# Hi from Spain



## hogan (Aug 29, 2007)

Hi all from a newbie,just imported hymer from germany to spain ( NOT ADVISED) so will be on the look out for wild camping spots in spain.
Hogan


----------



## JohnSandyWhite (Aug 29, 2007)

hogan said:
			
		

> Hi all from a newbie,just imported hymer from germany to spain ( NOT ADVISED)



How have you done that without an Home address?
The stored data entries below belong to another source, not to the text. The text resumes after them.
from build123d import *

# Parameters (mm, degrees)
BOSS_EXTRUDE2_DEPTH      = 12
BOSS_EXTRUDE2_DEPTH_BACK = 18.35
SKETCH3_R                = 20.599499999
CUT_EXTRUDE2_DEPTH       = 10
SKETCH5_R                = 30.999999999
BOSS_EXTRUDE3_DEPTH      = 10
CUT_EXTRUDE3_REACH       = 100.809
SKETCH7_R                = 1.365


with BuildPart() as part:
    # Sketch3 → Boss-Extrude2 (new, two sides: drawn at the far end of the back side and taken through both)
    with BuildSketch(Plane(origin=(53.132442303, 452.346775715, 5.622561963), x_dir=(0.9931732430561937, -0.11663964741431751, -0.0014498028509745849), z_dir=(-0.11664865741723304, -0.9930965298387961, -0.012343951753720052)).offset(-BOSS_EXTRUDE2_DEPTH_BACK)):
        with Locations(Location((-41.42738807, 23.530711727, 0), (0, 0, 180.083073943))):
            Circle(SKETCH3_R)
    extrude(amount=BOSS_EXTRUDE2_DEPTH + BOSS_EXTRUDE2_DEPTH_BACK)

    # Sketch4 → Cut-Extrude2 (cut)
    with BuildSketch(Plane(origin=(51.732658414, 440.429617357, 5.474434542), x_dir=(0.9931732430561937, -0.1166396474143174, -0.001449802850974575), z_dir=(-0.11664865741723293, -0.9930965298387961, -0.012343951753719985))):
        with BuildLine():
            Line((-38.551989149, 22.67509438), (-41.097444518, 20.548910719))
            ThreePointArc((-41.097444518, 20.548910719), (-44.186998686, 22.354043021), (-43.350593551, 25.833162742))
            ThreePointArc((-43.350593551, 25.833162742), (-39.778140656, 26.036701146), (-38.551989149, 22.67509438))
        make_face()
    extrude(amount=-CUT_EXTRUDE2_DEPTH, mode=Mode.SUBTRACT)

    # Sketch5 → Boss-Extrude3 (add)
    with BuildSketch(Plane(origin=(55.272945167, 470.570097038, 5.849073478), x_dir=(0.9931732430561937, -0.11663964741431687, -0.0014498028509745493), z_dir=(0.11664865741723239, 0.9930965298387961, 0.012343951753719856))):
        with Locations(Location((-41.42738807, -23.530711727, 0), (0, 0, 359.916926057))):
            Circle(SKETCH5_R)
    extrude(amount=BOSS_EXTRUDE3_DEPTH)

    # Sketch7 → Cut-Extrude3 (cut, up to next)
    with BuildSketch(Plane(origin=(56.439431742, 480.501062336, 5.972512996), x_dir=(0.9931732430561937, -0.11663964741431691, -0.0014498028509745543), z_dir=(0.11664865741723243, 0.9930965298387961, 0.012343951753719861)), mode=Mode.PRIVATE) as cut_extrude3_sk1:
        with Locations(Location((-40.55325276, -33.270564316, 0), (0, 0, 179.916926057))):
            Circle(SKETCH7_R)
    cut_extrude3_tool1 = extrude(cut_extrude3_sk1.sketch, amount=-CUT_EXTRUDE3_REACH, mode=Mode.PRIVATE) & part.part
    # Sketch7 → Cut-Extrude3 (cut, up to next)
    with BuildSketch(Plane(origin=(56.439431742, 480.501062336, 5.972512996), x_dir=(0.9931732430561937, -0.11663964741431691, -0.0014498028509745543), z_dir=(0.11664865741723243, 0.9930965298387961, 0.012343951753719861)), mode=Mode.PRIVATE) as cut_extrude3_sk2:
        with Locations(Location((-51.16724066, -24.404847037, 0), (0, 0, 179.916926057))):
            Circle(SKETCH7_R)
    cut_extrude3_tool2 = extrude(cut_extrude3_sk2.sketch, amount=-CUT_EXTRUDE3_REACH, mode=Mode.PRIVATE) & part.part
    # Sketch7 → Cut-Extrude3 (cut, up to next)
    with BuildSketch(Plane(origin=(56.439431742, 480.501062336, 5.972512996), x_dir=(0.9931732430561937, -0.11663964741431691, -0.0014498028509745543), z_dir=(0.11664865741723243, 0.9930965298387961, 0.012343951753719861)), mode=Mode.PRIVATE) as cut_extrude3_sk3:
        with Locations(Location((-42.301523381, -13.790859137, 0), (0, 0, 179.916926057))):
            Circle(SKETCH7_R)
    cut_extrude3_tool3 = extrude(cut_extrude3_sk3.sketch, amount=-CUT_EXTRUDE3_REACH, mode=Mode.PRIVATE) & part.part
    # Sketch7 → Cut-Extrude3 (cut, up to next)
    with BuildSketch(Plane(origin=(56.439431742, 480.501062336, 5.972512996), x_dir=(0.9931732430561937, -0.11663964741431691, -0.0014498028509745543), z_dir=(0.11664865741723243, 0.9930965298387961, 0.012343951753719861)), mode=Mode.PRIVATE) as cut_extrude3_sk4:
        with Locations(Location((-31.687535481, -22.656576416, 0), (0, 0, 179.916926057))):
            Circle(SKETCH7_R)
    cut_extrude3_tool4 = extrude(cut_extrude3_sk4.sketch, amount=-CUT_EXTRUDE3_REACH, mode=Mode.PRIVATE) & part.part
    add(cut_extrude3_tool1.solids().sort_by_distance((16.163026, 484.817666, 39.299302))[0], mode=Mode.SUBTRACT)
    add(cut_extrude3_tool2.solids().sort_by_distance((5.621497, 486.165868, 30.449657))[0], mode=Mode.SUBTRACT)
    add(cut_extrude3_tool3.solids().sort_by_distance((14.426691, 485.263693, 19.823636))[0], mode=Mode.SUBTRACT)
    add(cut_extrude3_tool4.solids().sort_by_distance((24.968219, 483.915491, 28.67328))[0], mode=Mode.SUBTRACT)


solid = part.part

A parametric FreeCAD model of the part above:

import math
import FreeCAD as App
import Part
import Sketcher

V = App.Vector

doc = App.newDocument("Part")
params = doc.addObject("Spreadsheet::Sheet", "Params")
for row, (alias, value) in enumerate([
    ("pad1_length", "12 mm"),
    ("pad1_length2", "18.35 mm"),
    ("sketch2_radius", "3 mm"),
    ("pocket1_length", "10 mm"),
    ("sketch3_diameter", "62 mm"),
    ("pad2_length", "10 mm"),
    ("sketch4_diameter", "2.73 mm"),
    ("sketch5_diameter", "2.73 mm"),
    ("sketch6_diameter", "2.73 mm"),
    ("sketch7_diameter", "2.73 mm"),
], start=1):
    params.set(f"A{row}", alias)
    params.set(f"B{row}", "=" + value)
    params.setAlias(f"B{row}", alias)

body = doc.addObject("PartDesign::Body", "Body")

# Sketch on an angled plane
sketch1 = doc.addObject("Sketcher::SketchObject", "Sketch")
body.addObject(sketch1)
sketch1.Placement = App.Placement(V(53.132442, 452.346776, 5.622562), App.Rotation(V(0.993173243, -0.116639647, -0.001449803), V(0, -0.0124288, 0.999922759), V(-0.116648657, -0.99309653, -0.012343952), "ZXY"))
sketch1.addGeometry(Part.Circle(V(-41, 24, 0), V(0, 0, 1), 21), False)
sketch1.addConstraint([
    Sketcher.Constraint("Diameter", 0, 41.199),
    Sketcher.Constraint("DistanceX", 0, 3, -1, 1, 41.427388),
    Sketcher.Constraint("DistanceY", -1, 1, 0, 3, 23.530712),
])
pad1 = doc.addObject("PartDesign::Pad", "Pad")
body.addObject(pad1)
pad1.Profile = sketch1
pad1.Type = "TwoLengths"
pad1.setExpression("Length", "Params.pad1_length")
pad1.setExpression("Length2", "Params.pad1_length2")

# Sketch on an angled plane
sketch2 = doc.addObject("Sketcher::SketchObject", "Sketch001")
body.addObject(sketch2)
sketch2.Placement = App.Placement(V(51.732658, 440.429617, 5.474435), App.Rotation(V(0.993173243, -0.116639647, -0.001449803), V(0, -0.0124288, 0.999922759), V(-0.116648657, -0.99309653, -0.012343952), "ZXY"))
sketch2.addGeometry([
    Part.LineSegment(V(-41.1, 20.5, 0), V(-38.6, 22.7, 0)),
    Part.ArcOfCircle(Part.Circle(V(-41.4, 23.5, 0), V(0, 0, 1), 3), math.radians(-17), math.radians(130)),
    Part.ArcOfCircle(Part.Circle(V(-41.4, 23.5, 0), V(0, 0, 1), 3), math.radians(130), math.radians(276)),
], False)
sketch2.addConstraint([
    Sketcher.Constraint("Coincident", 0, 2, 1, 1),
    Sketcher.Constraint("Tangent", 1, 2, 2, 1),
    Sketcher.Constraint("Coincident", 2, 2, 0, 1),
    Sketcher.Constraint("Equal", 1, 2),
    Sketcher.Constraint("Radius", 1, 3.0),
    Sketcher.Constraint("DistanceX", 2, 3, 0, 2, 2.875399),
    Sketcher.Constraint("DistanceY", 2, 2, 2, 3, 2.981801),
    Sketcher.Constraint("DistanceX", 1, 3, -1, 1, 41.427388),
    Sketcher.Constraint("DistanceY", -1, 1, 1, 3, 23.530712),
    Sketcher.Constraint("DistanceY", 1, 3, 1, 2, 2.302451),
])
sketch2.setExpression("Constraints[4]", "Params.sketch2_radius")
pocket1 = doc.addObject("PartDesign::Pocket", "Pocket")
body.addObject(pocket1)
pocket1.Profile = sketch2
pocket1.setExpression("Length", "Params.pocket1_length")

# Sketch on an angled plane
sketch3 = doc.addObject("Sketcher::SketchObject", "Sketch002")
body.addObject(sketch3)
sketch3.Placement = App.Placement(V(55.272945, 470.570097, 5.849073), App.Rotation(V(0.993173243, -0.116639647, -0.001449803), V(0, 0.0124288, -0.999922759), V(0.116648657, 0.99309653, 0.012343952), "ZXY"))
sketch3.addGeometry(Part.Circle(V(-41, -24, 0), V(0, 0, 1), 31), False)
sketch3.addConstraint([
    Sketcher.Constraint("Diameter", 0, 62.0),
    Sketcher.Constraint("DistanceX", 0, 3, -1, 1, 41.427388),
    Sketcher.Constraint("DistanceY", 0, 3, -1, 1, 23.530712),
])
sketch3.setExpression("Constraints[0]", "Params.sketch3_diameter")
pad2 = doc.addObject("PartDesign::Pad", "Pad001")
body.addObject(pad2)
pad2.Profile = sketch3
pad2.setExpression("Length", "Params.pad2_length")

# Sketch on an angled plane
sketch4 = doc.addObject("Sketcher::SketchObject", "Sketch003")
body.addObject(sketch4)
sketch4.Placement = App.Placement(V(56.439432, 480.501062, 5.972513), App.Rotation(V(0.993173243, -0.116639647, -0.001449803), V(0, 0.0124288, -0.999922759), V(0.116648657, 0.99309653, 0.012343952), "ZXY"))
sketch4.addGeometry(Part.Circle(V(-40.6, -33.3, 0), V(0, 0, 1), 1.4), False)
sketch4.addConstraint([
    Sketcher.Constraint("Diameter", 0, 2.73),
    Sketcher.Constraint("DistanceX", 0, 3, -1, 1, 40.553253),
    Sketcher.Constraint("DistanceY", 0, 3, -1, 1, 33.270564),
])
sketch4.setExpression("Constraints[0]", "Params.sketch4_diameter")
pocket2 = doc.addObject("PartDesign::Pocket", "Pocket001")
body.addObject(pocket2)
pocket2.Profile = sketch4
pocket2.Type = "UpToFirst"

# Sketch on an angled plane
sketch5 = doc.addObject("Sketcher::SketchObject", "Sketch004")
body.addObject(sketch5)
sketch5.Placement = App.Placement(V(56.439432, 480.501062, 5.972513), App.Rotation(V(0.993173243, -0.116639647, -0.001449803), V(0, 0.0124288, -0.999922759), V(0.116648657, 0.99309653, 0.012343952), "ZXY"))
sketch5.addGeometry(Part.Circle(V(-51.2, -24.4, 0), V(0, 0, 1), 1.4), False)
sketch5.addConstraint([
    Sketcher.Constraint("Diameter", 0, 2.73),
    Sketcher.Constraint("DistanceX", 0, 3, -1, 1, 51.167241),
    Sketcher.Constraint("DistanceY", 0, 3, -1, 1, 24.404847),
])
sketch5.setExpression("Constraints[0]", "Params.sketch5_diameter")
pocket3 = doc.addObject("PartDesign::Pocket", "Pocket002")
body.addObject(pocket3)
pocket3.Profile = sketch5
pocket3.Type = "UpToFirst"

# Sketch on an angled plane
sketch6 = doc.addObject("Sketcher::SketchObject", "Sketch005")
body.addObject(sketch6)
sketch6.Placement = App.Placement(V(56.439432, 480.501062, 5.972513), App.Rotation(V(0.993173243, -0.116639647, -0.001449803), V(0, 0.0124288, -0.999922759), V(0.116648657, 0.99309653, 0.012343952), "ZXY"))
sketch6.addGeometry(Part.Circle(V(-42.3, -13.8, 0), V(0, 0, 1), 1.4), False)
sketch6.addConstraint([
    Sketcher.Constraint("Diameter", 0, 2.73),
    Sketcher.Constraint("DistanceY", 0, 3, -1, 1, 13.790859),
    Sketcher.Constraint("DistanceX", 0, 3, -1, 1, 42.301523),
])
sketch6.setExpression("Constraints[0]", "Params.sketch6_diameter")
pocket4 = doc.addObject("PartDesign::Pocket", "Pocket003")
body.addObject(pocket4)
pocket4.Profile = sketch6
pocket4.Type = "UpToFirst"

# Sketch on an angled plane
sketch7 = doc.addObject("Sketcher::SketchObject", "Sketch006")
body.addObject(sketch7)
sketch7.Placement = App.Placement(V(56.439432, 480.501062, 5.972513), App.Rotation(V(0.993173243, -0.116639647, -0.001449803), V(0, 0.0124288, -0.999922759), V(0.116648657, 0.99309653, 0.012343952), "ZXY"))
sketch7.addGeometry(Part.Circle(V(-31.7, -22.7, 0), V(0, 0, 1), 1.4), False)
sketch7.addConstraint([
    Sketcher.Constraint("Diameter", 0, 2.73),
    Sketcher.Constraint("DistanceX", 0, 3, -1, 1, 31.687535),
    Sketcher.Constraint("DistanceY", 0, 3, -1, 1, 22.656576),
])
sketch7.setExpression("Constraints[0]", "Params.sketch7_diameter")
pocket5 = doc.addObject("PartDesign::Pocket", "Pocket004")
body.addObject(pocket5)
pocket5.Profile = sketch7
pocket5.Type = "UpToFirst"

doc.recompute()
Do you have a NIF number?


----------



## ian81 (Aug 29, 2007)

hogan said:
			
		

> Hi all from a newbie,just imported hymer from germany to spain ( NOT ADVISED) so will be on the look out for wild camping spots in spain.
> Hogan


We are recently back from 6 weeks in northern Spain / Portugal where we wild camped all the time. Stayed on various beaches (water usually available) and by lighthouses. In June / July it was fairly quiet except for weekends. Felt safe and in many places we saw the police patrolling. See www.lapaca.org for aires.


----------



## gillr49 (Aug 29, 2007)

Hi Hogan







    ​


----------



## hogan (Aug 29, 2007)

JohnSandyWhite said:
			
		

> How have you done that without an Home address? Do you have a NIF number?


Hi I have lived here for  5 years so I have more numbers and cards than you can shake a stick at.


----------



## hogan (Aug 29, 2007)

Ha Nice welcome gillr49 thanks.


----------